How To Scratch Build HO Locomotives

About scratch building scale model trains.  Resources, tips and hints.

I am a scratch builder.  I build in brass.  I build accessories such as water columns, signal lights, coaling towers, water tower boilers and pumps, engines, yard cranes and more.

As a scratch builder I am always looking for tips, hints, how to and supplies. As I do my research I add it here so I can find it again.

You are invited to go through it to see what is useful to you.

First let me show you some fantastic plans that are widely used in Europe. They are large scale but people scale them down. They are authored by one of the most famous designers in Europe.  You can see them here.

Artful Engineering – Great videos on working in brass. And an excellent book that is a step by step guide to building a brass engine.

Building Locomotives  – Excellent info on building a chassis plus much much more.

About Com Resources – Motors, bogeys, etc.

RB Model – Brass Sheet And Wheels

Adelbertus– figures, tubes, brass angle.

http://model-railroad-hobbyist.com/node/5805

Here is a great video on building trackside structures.  If you are into brass, this should turn your head.  Click Here.
http://www.cumberlandmodelengineering.com/Dave’sLocosBrass.html

MR has had at least 2 series over the last 10-20 years on scratchbuilding an engine out of brass and Kalmbach has a bookazine on the last project, a NYC 4-6-0.

Dave H.

A collection of posts from forums.

How are your modeling skills in general? Scratch building of any kind requires a good set of overall skills, not something you’re going to pick up over night or out of a book. Working with brass is whole nuther ball game, in addition to other basic modelmaking skills, you need to be able to solder well and some machining skills wouldn’t hurt.

A good place to start, would be some locmotive kits, (Bowser, Stewart, MDC), to learn how things go together. Get yourself a Walthers catalog, (the paper kind – not online) , it’s full illustrated parts and ideas, (it’s the scratch and kitbasher’s bible).

You’ll need measuring tools, scale rules, squares and a caliper. You’ll also need plan drawing of the locomotive you want to build. And then you need to do research.

I started out learning how to detail/modify locomotives to more closely represent a prototype, then more advanced kitbashing until finally I built up my skills and knowledge to do some scratch building. That took about 20 years!
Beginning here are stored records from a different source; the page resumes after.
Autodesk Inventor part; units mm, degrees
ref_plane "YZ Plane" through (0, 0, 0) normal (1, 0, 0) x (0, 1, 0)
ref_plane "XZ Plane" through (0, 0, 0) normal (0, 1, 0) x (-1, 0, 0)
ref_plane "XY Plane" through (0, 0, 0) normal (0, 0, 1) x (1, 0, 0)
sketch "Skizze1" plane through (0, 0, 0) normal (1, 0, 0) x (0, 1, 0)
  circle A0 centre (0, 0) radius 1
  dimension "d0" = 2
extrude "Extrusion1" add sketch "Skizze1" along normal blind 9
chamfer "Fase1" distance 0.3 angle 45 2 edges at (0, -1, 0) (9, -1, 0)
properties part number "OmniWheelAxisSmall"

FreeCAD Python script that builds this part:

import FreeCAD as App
import Part
import Sketcher
Q = App.Units.Quantity


def edges_at(feature, points):
    """Names of the edges that pass closest to the given points."""
    edges = feature.Shape.Edges
    near = lambda p: min(range(len(edges)), key=lambda i: edges[i].distToShape(Part.Vertex(*p))[0])
    return sorted({f"Edge{near(p) + 1}" for p in points})

doc = App.newDocument("Part")
body = doc.addObject("PartDesign::Body", "Body")

# Sketch on YZ plane
sketch1 = body.newObject("Sketcher::SketchObject", "Sketch")
sketch1.AttachmentSupport = (doc.getObject("YZ_Plane"), [""])
sketch1.MapMode = "FlatFace"
sketch1.addGeometry(Part.Circle(App.Vector(0, 0, 0), App.Vector(0, 0, 1), 1), False)
sketch1.addConstraint(Sketcher.Constraint("Coincident", 0, 3, -1, 1))
sketch1.addConstraint(Sketcher.Constraint("Diameter", 0, Q("2 mm")))
pad1 = body.newObject("PartDesign::Pad", "Pad")
pad1.Profile = sketch1
pad1.Length = 9
doc.recompute()

chamfer = body.newObject("PartDesign::Chamfer", "Chamfer")
chamfer.Base = (pad1, edges_at(pad1, [(0, -1, 0), (9, -1, 0)]))
chamfer.Size = 0.3

doc.recompute()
Today, with everything that’s available on the market there’s not a lot of reasons to scratch build locomotives, unless it’s just for the fun of it.

You could start out with a simpler kitbash using parts from the Walthers catalog and alse where.

If you have a locomotive in mind let us know and maybe we can be more specific.

Edit: Railroad Model Craftsman and Mainline MOdeler are both excellent mags for kitbashing and scratchbuilding, look for old issues at trainshow and LHS. You might also want to check out some of the Kalmbach books.

Jay

MR did a long multi issue article on scratch building a modest sized brass steamer within the last ten years as so.  Was pretty good one, pix and drawings.  All hand tools and not too many of them.  The MR website search engine ought to find it for you.  The Walthers catalog carries a weath of brass detail parts, pilots, brake gear, cabs, steam domes, gears and motors, smoke box fronts, power reversers, wheels, whistles and bells, injectors, super heaters, blow downs, cylinders, etc, etc,etc.  North West Short Lines is good on motors and gear boxes.

Using a piece of copper or brass tubing or pipe for the boiler is easier than bending one up out of sheet brass.  Look for a straight boilered prototype.  In fact I’d think about using tubing as the under layer of a tapered boiler.

You need a set of good dimensioned plans plus some photographs to work from.  MR used to run plans and pix in every issue.  They gave up on that sometime in the ’80s.  You will have to draw your own plans showing the “non prototype” features like the motor mount, gear box, frame, and method of attaching the boiler/cab assembly to the frame.

Was it me, I’d start by scratch building something simpler than a locomotive to get my hand in.  Say a gondola in brass.

However, you might contact Railroad Model Craftsman magazine and check some of their past articles on scratch-building locomotives.  I’m sure that their archives are complete enough so that you can probably pull up a lot of information on both kit-bashing and scratch-building.  RMC is the model railroad magazine that tends to focus more on these projects.

Good luck.  Fra

would suggest to the OP that he look up articles by Carl Traub and Mel Thornburgh, definitely, and look in very old magazines. 1950s aren’t old enough. They’re mostly kits and RTR, where locos are concerned, though you do see some SB steam. I mean go back to the 1930s, when you could pretty much count on every issue of THE MODEL CRAFTSMAN as having a scratchbuilt loco in it. You can also find truly maddening things like a writeup about a tour of the Baldwin Loco Works. Sigh…I need a time machine.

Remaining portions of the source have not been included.